▶ _What the task asks_: Search the records for the word "origin" and pick out every line that has it.

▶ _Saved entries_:

********

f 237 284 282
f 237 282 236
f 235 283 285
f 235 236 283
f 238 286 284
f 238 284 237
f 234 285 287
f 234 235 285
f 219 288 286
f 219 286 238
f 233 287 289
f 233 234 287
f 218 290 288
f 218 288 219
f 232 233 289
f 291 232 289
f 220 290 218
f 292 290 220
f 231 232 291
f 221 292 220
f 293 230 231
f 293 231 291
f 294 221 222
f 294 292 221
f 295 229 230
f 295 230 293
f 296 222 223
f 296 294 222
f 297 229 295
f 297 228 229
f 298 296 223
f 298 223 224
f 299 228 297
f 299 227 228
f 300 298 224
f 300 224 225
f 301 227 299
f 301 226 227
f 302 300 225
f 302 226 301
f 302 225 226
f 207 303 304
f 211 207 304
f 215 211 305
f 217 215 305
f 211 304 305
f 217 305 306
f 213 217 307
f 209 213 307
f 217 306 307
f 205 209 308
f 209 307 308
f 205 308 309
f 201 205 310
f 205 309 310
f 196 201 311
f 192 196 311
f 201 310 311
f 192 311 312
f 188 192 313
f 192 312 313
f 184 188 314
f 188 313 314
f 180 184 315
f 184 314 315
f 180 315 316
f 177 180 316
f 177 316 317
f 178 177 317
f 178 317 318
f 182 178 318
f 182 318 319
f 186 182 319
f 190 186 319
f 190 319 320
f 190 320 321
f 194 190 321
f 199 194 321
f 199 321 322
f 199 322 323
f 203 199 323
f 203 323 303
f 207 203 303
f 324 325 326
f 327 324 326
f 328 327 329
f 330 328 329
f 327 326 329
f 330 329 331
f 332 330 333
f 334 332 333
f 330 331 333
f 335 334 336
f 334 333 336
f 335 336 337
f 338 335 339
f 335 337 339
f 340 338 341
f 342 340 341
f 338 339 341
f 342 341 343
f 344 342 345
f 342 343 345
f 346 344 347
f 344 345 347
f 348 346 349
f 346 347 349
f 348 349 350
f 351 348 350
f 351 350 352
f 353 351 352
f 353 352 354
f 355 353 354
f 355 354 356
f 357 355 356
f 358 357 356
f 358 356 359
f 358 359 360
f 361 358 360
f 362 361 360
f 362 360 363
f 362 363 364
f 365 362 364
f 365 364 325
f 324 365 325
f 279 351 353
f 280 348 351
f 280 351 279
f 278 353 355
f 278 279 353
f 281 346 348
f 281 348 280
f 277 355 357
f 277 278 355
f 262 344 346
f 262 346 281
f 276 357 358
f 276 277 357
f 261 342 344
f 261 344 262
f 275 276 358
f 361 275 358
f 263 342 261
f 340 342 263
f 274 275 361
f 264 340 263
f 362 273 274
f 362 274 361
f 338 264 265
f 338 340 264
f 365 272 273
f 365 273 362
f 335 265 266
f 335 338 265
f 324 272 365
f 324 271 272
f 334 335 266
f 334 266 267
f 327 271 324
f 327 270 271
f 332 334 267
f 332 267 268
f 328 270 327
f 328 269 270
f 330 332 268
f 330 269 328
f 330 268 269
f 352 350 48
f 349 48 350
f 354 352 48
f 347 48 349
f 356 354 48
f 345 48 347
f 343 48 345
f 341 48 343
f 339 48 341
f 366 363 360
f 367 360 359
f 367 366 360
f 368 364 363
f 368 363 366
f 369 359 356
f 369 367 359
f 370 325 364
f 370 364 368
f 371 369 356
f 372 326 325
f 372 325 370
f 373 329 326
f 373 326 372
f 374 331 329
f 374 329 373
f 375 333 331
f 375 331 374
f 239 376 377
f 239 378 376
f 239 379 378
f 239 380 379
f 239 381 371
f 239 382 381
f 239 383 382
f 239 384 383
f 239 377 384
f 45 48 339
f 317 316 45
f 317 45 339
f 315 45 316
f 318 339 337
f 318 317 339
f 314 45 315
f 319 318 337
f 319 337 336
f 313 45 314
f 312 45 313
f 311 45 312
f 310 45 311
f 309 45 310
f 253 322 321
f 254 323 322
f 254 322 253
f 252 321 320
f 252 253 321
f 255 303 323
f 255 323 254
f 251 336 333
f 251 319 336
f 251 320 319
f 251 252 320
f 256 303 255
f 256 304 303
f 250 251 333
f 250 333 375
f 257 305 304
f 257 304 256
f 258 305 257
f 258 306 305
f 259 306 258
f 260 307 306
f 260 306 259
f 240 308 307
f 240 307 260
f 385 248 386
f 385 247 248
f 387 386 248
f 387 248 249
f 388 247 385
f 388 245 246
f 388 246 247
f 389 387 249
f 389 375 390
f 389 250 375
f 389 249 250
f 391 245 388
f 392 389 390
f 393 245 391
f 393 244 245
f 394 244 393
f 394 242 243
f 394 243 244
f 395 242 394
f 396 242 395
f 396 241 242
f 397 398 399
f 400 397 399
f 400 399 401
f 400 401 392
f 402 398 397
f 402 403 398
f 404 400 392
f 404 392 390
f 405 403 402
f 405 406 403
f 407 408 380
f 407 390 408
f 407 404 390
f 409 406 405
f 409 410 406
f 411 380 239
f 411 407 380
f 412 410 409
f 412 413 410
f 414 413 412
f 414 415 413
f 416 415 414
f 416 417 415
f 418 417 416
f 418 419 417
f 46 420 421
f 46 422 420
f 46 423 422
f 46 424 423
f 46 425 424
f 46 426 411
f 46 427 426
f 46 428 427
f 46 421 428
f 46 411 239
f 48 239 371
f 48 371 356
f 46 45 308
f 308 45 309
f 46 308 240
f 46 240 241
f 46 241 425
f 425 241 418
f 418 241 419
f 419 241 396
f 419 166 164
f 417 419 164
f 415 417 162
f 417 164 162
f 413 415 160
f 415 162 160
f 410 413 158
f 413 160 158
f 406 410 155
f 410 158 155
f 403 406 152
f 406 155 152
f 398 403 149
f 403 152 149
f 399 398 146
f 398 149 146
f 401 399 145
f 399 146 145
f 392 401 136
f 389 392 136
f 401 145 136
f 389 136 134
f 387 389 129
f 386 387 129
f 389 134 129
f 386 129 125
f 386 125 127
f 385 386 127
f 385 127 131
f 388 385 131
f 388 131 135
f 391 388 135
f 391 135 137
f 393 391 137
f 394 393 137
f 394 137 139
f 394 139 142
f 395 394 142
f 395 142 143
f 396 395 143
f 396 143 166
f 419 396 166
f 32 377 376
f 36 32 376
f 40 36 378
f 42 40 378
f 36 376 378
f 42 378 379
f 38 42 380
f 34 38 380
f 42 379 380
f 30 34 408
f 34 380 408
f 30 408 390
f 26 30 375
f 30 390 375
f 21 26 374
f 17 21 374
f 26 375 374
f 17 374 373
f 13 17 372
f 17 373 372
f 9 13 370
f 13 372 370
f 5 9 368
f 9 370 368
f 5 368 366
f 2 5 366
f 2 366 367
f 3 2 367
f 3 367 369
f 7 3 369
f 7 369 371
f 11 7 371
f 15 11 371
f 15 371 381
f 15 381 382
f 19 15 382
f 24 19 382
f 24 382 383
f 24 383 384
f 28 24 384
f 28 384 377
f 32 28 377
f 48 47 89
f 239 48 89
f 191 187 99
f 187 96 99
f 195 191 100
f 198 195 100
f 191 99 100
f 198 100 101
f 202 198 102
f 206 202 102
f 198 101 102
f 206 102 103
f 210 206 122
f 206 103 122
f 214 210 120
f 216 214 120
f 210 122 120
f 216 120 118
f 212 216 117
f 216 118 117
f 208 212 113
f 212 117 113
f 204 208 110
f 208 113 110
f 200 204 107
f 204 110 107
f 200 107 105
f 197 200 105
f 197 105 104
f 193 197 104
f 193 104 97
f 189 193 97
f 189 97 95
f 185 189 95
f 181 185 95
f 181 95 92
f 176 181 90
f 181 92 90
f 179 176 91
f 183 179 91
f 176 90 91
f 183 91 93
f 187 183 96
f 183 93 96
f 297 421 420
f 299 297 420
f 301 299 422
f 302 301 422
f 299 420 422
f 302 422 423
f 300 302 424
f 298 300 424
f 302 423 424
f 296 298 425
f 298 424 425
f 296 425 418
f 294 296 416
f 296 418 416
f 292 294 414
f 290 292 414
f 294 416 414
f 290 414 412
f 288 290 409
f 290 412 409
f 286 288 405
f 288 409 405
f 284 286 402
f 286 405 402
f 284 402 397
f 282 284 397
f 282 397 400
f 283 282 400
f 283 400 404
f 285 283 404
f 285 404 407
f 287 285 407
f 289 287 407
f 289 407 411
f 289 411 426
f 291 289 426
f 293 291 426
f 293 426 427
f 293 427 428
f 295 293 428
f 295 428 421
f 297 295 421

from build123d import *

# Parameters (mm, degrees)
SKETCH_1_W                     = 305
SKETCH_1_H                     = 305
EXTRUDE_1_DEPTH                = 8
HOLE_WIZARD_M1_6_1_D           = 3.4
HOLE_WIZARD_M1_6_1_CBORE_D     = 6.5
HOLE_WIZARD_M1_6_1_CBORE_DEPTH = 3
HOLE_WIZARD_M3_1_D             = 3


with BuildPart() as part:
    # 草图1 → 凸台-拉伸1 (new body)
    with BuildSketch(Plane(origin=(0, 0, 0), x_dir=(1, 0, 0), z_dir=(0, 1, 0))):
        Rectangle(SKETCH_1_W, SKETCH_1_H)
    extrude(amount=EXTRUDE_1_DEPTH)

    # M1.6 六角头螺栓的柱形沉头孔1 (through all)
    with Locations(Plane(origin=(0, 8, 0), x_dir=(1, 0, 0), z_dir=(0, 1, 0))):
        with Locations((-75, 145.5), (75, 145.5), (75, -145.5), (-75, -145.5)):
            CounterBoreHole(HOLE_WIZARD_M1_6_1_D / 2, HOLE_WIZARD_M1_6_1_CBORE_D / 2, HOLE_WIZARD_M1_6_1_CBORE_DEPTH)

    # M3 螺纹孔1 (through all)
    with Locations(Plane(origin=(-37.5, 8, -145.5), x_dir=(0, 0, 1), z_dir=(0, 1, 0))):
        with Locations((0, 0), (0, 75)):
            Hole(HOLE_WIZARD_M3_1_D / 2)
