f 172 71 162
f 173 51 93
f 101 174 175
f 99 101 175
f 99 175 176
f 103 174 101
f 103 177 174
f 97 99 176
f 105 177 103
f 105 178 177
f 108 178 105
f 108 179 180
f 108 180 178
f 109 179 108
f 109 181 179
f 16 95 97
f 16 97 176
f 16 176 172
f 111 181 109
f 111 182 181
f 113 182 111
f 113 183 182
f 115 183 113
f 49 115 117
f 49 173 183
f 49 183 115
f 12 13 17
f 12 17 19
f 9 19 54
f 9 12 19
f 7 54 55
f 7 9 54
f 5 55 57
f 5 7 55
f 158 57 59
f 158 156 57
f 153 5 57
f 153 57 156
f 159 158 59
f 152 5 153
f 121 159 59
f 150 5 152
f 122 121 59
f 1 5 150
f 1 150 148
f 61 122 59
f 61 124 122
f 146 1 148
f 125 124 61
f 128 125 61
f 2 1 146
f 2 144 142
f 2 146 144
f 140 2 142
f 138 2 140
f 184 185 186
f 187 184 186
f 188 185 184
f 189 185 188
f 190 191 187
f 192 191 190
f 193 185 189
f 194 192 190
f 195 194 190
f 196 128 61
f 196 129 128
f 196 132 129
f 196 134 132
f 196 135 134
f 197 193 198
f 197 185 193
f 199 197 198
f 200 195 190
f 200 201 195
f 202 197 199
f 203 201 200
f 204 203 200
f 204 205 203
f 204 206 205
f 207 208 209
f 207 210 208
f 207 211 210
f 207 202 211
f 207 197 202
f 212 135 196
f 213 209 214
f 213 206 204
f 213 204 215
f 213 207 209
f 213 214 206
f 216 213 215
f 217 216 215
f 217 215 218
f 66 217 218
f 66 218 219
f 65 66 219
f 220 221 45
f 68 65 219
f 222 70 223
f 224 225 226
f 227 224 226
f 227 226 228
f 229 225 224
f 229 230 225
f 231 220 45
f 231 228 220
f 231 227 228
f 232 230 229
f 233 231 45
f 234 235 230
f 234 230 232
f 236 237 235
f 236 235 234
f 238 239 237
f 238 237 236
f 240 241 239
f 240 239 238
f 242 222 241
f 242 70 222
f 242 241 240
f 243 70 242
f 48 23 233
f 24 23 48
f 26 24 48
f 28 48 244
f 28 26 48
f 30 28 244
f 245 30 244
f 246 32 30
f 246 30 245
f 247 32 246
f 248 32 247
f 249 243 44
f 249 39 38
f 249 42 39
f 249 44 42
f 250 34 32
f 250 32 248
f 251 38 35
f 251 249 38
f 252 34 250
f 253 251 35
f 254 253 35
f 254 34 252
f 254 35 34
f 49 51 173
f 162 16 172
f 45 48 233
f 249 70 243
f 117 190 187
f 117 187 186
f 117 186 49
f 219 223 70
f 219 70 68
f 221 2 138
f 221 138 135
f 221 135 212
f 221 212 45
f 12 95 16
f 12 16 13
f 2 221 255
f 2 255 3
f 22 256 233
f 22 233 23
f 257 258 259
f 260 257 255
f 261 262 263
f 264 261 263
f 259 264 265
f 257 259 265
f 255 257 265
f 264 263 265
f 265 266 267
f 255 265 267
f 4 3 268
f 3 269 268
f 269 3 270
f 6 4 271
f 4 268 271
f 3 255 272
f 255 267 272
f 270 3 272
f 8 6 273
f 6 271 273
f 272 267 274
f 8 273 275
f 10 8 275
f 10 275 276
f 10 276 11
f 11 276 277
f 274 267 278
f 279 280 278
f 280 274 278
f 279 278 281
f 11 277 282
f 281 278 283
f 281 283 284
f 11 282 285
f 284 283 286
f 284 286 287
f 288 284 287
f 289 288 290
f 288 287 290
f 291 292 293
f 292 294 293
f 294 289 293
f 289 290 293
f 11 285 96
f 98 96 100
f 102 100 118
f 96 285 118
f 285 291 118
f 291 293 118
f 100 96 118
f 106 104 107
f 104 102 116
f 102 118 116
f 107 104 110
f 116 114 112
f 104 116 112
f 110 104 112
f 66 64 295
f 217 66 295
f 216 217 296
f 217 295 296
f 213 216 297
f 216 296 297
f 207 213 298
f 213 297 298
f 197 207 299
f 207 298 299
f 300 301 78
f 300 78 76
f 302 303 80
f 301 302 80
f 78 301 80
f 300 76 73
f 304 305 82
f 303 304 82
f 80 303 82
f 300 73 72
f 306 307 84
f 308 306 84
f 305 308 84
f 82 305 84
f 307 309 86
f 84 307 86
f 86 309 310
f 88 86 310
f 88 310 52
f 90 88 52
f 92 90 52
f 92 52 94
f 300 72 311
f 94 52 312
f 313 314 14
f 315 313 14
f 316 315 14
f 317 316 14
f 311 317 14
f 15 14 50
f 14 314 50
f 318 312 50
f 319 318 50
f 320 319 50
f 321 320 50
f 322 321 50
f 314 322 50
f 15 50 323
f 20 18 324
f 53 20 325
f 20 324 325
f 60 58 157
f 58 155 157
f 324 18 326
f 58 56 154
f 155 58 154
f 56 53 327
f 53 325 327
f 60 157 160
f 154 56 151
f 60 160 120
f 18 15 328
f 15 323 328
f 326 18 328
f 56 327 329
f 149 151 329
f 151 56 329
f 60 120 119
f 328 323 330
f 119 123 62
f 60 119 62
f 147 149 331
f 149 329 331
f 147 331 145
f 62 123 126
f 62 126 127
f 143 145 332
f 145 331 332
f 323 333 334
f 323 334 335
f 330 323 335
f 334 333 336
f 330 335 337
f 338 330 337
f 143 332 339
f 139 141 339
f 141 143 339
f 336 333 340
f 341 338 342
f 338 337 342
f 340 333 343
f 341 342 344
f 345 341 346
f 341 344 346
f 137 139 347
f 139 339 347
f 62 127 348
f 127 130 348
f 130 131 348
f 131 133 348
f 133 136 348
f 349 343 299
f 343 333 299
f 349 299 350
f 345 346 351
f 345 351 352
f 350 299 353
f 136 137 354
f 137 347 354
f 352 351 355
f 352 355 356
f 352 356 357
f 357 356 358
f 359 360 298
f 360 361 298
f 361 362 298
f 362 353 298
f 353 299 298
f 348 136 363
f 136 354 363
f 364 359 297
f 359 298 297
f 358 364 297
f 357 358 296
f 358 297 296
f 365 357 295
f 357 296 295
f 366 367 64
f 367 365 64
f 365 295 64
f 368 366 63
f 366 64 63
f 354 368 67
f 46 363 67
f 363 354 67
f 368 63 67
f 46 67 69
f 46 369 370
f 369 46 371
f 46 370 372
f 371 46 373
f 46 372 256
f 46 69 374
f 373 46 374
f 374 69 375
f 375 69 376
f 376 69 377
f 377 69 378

********

▶ _Solution for this task_:
    with BuildSketch(Plane(origin=(0, 0, 0), x_dir=(1, 0, 0), z_dir=(0, 1, 0))):
    with Locations(Plane(origin=(0, 8, 0), x_dir=(1, 0, 0), z_dir=(0, 1, 0))):
    with Locations(Plane(origin=(-37.5, 8, -145.5), x_dir=(0, 0, 1), z_dir=(0, 1, 0))):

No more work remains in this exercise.